Friday Legal Updates: Italy, British Columbia & Colorado – IVF & Its Consequences

Colorado – Amendment 62 causes concern for fertility doctors:
This November voters will have another chance to decide on an amendment that aims to define when life begins.

Amendment 62 is the second ballot initiative of its kind in two years.
But this time around opponents say the wording is just too vague.
A yes vote on amendment 62 will determine human life is created at conception and should have the same rights and protections as anyone that’s been born.

Supporters of the measure took to the corner of 12th and north Sunday.
While opponents haven’t been as vocal, many say the proposal is even more controversial this time around because it’s missing the word fertilization.

People in the medical community say it would present a road block for fertility doctors and patients, especially in the cases of in vitro fertilization where a woman’s eggs are fertilized inside a lab.

According to a new poll 50% of Colorado voters are still undecided on amendment 62.

Italy – The Italian Supreme Constitutional Court, which has one of the most restrictive laws regarding assisted fertility, is considering a review of the 2003 law. A referendum on the assisted fertility law was held in 2005 and although more people voted in favor of repealing the measure, a quorum was not reached and the vote was not valid.

Ignazio Marino, an MP in the opposition Democratic Party (PD) and chairman of a parliamentary commission reviewing the national health sector, said “the law was passed six years ago for purely ideological reasons, without taking into account the needs of unfertile couples, women’s health and possible advances in medicine. Today there exists a possibility to re-examine this law.”

The Constitutional Court was asked to give its opinion by a court in Florence which is hearing a case brought forwards by unfertile couple who demand to have access to assisted fertility therapy and not be forced to go abroad.

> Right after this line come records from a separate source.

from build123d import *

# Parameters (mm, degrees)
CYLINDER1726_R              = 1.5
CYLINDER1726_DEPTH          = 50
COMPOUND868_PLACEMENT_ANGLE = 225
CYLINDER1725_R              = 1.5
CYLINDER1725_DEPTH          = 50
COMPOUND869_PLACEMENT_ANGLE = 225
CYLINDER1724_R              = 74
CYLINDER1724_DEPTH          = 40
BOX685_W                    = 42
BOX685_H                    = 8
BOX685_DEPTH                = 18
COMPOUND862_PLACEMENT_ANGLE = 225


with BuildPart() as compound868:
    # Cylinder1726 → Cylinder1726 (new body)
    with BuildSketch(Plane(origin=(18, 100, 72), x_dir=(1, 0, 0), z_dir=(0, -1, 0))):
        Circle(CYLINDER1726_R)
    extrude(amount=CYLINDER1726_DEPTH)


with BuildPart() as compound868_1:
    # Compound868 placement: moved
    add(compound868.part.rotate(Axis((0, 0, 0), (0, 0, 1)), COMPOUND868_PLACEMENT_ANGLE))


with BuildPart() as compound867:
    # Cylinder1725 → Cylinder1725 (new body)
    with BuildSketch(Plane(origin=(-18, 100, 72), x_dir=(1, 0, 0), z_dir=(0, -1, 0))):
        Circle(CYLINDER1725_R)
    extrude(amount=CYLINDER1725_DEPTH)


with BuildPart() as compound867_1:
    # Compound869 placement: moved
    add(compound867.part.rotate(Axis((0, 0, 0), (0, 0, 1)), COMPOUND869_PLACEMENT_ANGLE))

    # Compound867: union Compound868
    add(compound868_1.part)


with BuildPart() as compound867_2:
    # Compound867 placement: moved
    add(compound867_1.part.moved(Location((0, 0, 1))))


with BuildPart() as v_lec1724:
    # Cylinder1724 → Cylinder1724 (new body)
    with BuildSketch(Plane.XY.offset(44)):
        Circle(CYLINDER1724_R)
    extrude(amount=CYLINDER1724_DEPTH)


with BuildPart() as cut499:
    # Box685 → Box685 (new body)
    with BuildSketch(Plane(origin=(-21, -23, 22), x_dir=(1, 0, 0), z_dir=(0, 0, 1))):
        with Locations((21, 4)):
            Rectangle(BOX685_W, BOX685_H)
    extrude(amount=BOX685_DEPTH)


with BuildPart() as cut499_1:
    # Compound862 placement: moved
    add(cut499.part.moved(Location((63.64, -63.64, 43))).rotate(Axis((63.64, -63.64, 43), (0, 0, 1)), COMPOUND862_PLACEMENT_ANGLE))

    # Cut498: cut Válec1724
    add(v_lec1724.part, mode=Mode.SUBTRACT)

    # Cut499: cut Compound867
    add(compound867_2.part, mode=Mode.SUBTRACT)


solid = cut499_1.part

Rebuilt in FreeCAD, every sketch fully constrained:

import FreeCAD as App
import Part
import Sketcher

V = App.Vector
Q = App.Units.Quantity

doc = App.newDocument("Part")
params = doc.addObject("Spreadsheet::Sheet", "Params")
for row, (alias, value) in enumerate([
    ("sketch1_diameter", "3 mm"),
    ("pad1_length", "50 mm"),
    ("sketch2_diameter", "3 mm"),
    ("pad2_length", "50 mm"),
    ("sketch3_diameter", "148 mm"),
    ("pad3_length", "40 mm"),
    ("sketch4_width", "42 mm"),
    ("sketch4_height", "8 mm"),
    ("pad4_length", "18 mm"),
], start=1):
    params.set(f"A{row}", alias)
    params.set(f"B{row}", "=" + value)
    params.setAlias(f"B{row}", alias)

body = doc.addObject("PartDesign::Body", "Body")

# Sketch on XZ plane
sketch1 = doc.addObject("Sketcher::SketchObject", "Sketch")
body.addObject(sketch1)
sketch1.AttachmentSupport = (doc.XZ_Plane, [""])
sketch1.MapMode = "FlatFace"
sketch1.AttachmentOffset = App.Placement(V(0, 0, -100), App.Rotation())
sketch1.addGeometry(Part.Circle(V(18, 72, 0), V(0, 0, 1), 1.5), False)
sketch1.addConstraint(Sketcher.Constraint("Diameter", 0, Q("3 mm")))
sketch1.addConstraint(Sketcher.Constraint("DistanceX", -1, 1, 0, 3, Q("18 mm")))
sketch1.addConstraint(Sketcher.Constraint("DistanceY", -1, 1, 0, 3, Q("72 mm")))
sketch1.setExpression("Constraints[0]", "Params.sketch1_diameter")
pad1 = doc.addObject("PartDesign::Pad", "Pad")
body.addObject(pad1)
pad1.Profile = sketch1
pad1.setExpression("Length", "Params.pad1_length")
body2 = doc.addObject("PartDesign::Body", "Body001")
doc.recompute()

body.Placement = App.Placement(V(0, 0, 0), App.Rotation(V(0, 0, 1), 225))
boolean = doc.addObject("PartDesign::Boolean", "Boolean")
body2.addObject(boolean)
boolean.Type = "Fuse"
boolean.addObjects([body])
body3 = doc.addObject("PartDesign::Body", "Body002")

# Sketch on XZ plane
sketch2 = doc.addObject("Sketcher::SketchObject", "Sketch001")
body3.addObject(sketch2)
sketch2.AttachmentSupport = (doc.getObject("XZ_Plane002"), [""])
sketch2.MapMode = "FlatFace"
sketch2.AttachmentOffset = App.Placement(V(0, 0, -100), App.Rotation())
sketch2.addGeometry(Part.Circle(V(-18, 72, 0), V(0, 0, 1), 1.5), False)
sketch2.addConstraint(Sketcher.Constraint("Diameter", 0, Q("3 mm")))
sketch2.addConstraint(Sketcher.Constraint("DistanceX", 0, 3, -1, 1, Q("18 mm")))
sketch2.addConstraint(Sketcher.Constraint("DistanceY", -1, 1, 0, 3, Q("72 mm")))
sketch2.setExpression("Constraints[0]", "Params.sketch2_diameter")
pad2 = doc.addObject("PartDesign::Pad", "Pad001")
body3.addObject(pad2)
pad2.Profile = sketch2
pad2.setExpression("Length", "Params.pad2_length")
body4 = doc.addObject("PartDesign::Body", "Body003")
body4.AllowCompound = True
doc.recompute()

body3.Placement = App.Placement(V(0, 0, 0), App.Rotation(V(0, 0, 1), 225))
boolean2 = doc.addObject("PartDesign::Boolean", "Boolean001")
body4.addObject(boolean2)
boolean2.Type = "Fuse"
boolean2.addObjects([body3])
doc.recompute()

boolean3 = doc.addObject("PartDesign::Boolean", "Boolean002")
body4.addObject(boolean3)
boolean3.Type = "Fuse"
boolean3.addObjects([body2])
body5 = doc.addObject("PartDesign::Body", "Body004")
body5.AllowCompound = True
doc.recompute()

body4.Placement = App.Placement(V(0, 0, 1), App.Rotation(V(0, 0, 1), 0))
boolean4 = doc.addObject("PartDesign::Boolean", "Boolean003")
body5.addObject(boolean4)
boolean4.Type = "Fuse"
boolean4.addObjects([body4])
body6 = doc.addObject("PartDesign::Body", "Body005")

# Sketch on XY plane
sketch3 = doc.addObject("Sketcher::SketchObject", "Sketch002")
body6.addObject(sketch3)
sketch3.AttachmentSupport = (doc.getObject("XY_Plane005"), [""])
sketch3.MapMode = "FlatFace"
sketch3.AttachmentOffset = App.Placement(V(0, 0, 44), App.Rotation())
sketch3.addGeometry(Part.Circle(V(0, 0, 0), V(0, 0, 1), 74), False)
sketch3.addConstraint(Sketcher.Constraint("Coincident", 0, 3, -1, 1))
sketch3.addConstraint(Sketcher.Constraint("Diameter", 0, Q("148 mm")))
sketch3.setExpression("Constraints[1]", "Params.sketch3_diameter")
pad3 = doc.addObject("PartDesign::Pad", "Pad002")
body6.addObject(pad3)
pad3.Profile = sketch3
pad3.setExpression("Length", "Params.pad3_length")
body7 = doc.addObject("PartDesign::Body", "Body006")

# Sketch on XY plane
sketch4 = doc.addObject("Sketcher::SketchObject", "Sketch003")
body7.addObject(sketch4)
sketch4.AttachmentSupport = (doc.getObject("XY_Plane006"), [""])
sketch4.MapMode = "FlatFace"
sketch4.AttachmentOffset = App.Placement(V(0, 0, 22), App.Rotation())
sketch4.addGeometry(Part.LineSegment(V(-21, -15, 0), V(-21, -23, 0)), False)
sketch4.addGeometry(Part.LineSegment(V(-21, -23, 0), V(21, -23, 0)), False)
sketch4.addGeometry(Part.LineSegment(V(21, -23, 0), V(21, -15, 0)), False)
sketch4.addGeometry(Part.LineSegment(V(21, -15, 0), V(-21, -15, 0)), False)
sketch4.addConstraint(Sketcher.Constraint("Coincident", 0, 2, 1, 1))
sketch4.addConstraint(Sketcher.Constraint("Coincident", 1, 2, 2, 1))
sketch4.addConstraint(Sketcher.Constraint("Coincident", 2, 2, 3, 1))
sketch4.addConstraint(Sketcher.Constraint("Coincident", 3, 2, 0, 1))
sketch4.addConstraint(Sketcher.Constraint("Vertical", 0))
sketch4.addConstraint(Sketcher.Constraint("Horizontal", 1))
sketch4.addConstraint(Sketcher.Constraint("Vertical", 2))
sketch4.addConstraint(Sketcher.Constraint("Horizontal", 3))
sketch4.addConstraint(Sketcher.Constraint("DistanceX", 1, 1, 1, 2, Q("42 mm")))
sketch4.addConstraint(Sketcher.Constraint("DistanceY", 0, 2, 0, 1, Q("8 mm")))
sketch4.addConstraint(Sketcher.Constraint("DistanceX", 0, 2, -1, 1, Q("21 mm")))
sketch4.addConstraint(Sketcher.Constraint("DistanceY", 0, 2, -1, 1, Q("23 mm")))
sketch4.setExpression("Constraints[8]", "Params.sketch4_width")
sketch4.setExpression("Constraints[9]", "Params.sketch4_height")
pad4 = doc.addObject("PartDesign::Pad", "Pad003")
body7.addObject(pad4)
pad4.Profile = sketch4
pad4.setExpression("Length", "Params.pad4_length")
body8 = doc.addObject("PartDesign::Body", "Body007")
doc.recompute()

body7.Placement = App.Placement(V(63.64, -63.64, 43), App.Rotation(V(0, 0, 1), 225))
boolean5 = doc.addObject("PartDesign::Boolean", "Boolean004")
body8.addObject(boolean5)
boolean5.Type = "Fuse"
boolean5.addObjects([body7])
doc.recompute()

boolean6 = doc.addObject("PartDesign::Boolean", "Boolean005")
body8.addObject(boolean6)
boolean6.Type = "Cut"
boolean6.addObjects([body6])
doc.recompute()

boolean7 = doc.addObject("PartDesign::Boolean", "Boolean006")
body8.addObject(boolean7)
boolean7.Type = "Cut"
boolean7.addObjects([body5])

doc.recompute()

British Columbia – A couple from British Columbia, who discovered that the fetus their surrogate was carrying was likely to be born with Down syndrome, they wanted an abortion.

The surrogate, however, was determined to take the pregnancy to term, sparking a disagreement that has raised thorny questions about the increasingly common arrangements.

Under the agreement the trio signed, the surrogate’s choice would mean absolving the couple of any responsibility for raising the child, the treating doctor told a recent fertility-medicine conference.

Dr. Ken Seethram, revealing the unusual situation for the first time, said it raises questions about whether government oversight of contracts between mothers and “commissioning” parents is needed.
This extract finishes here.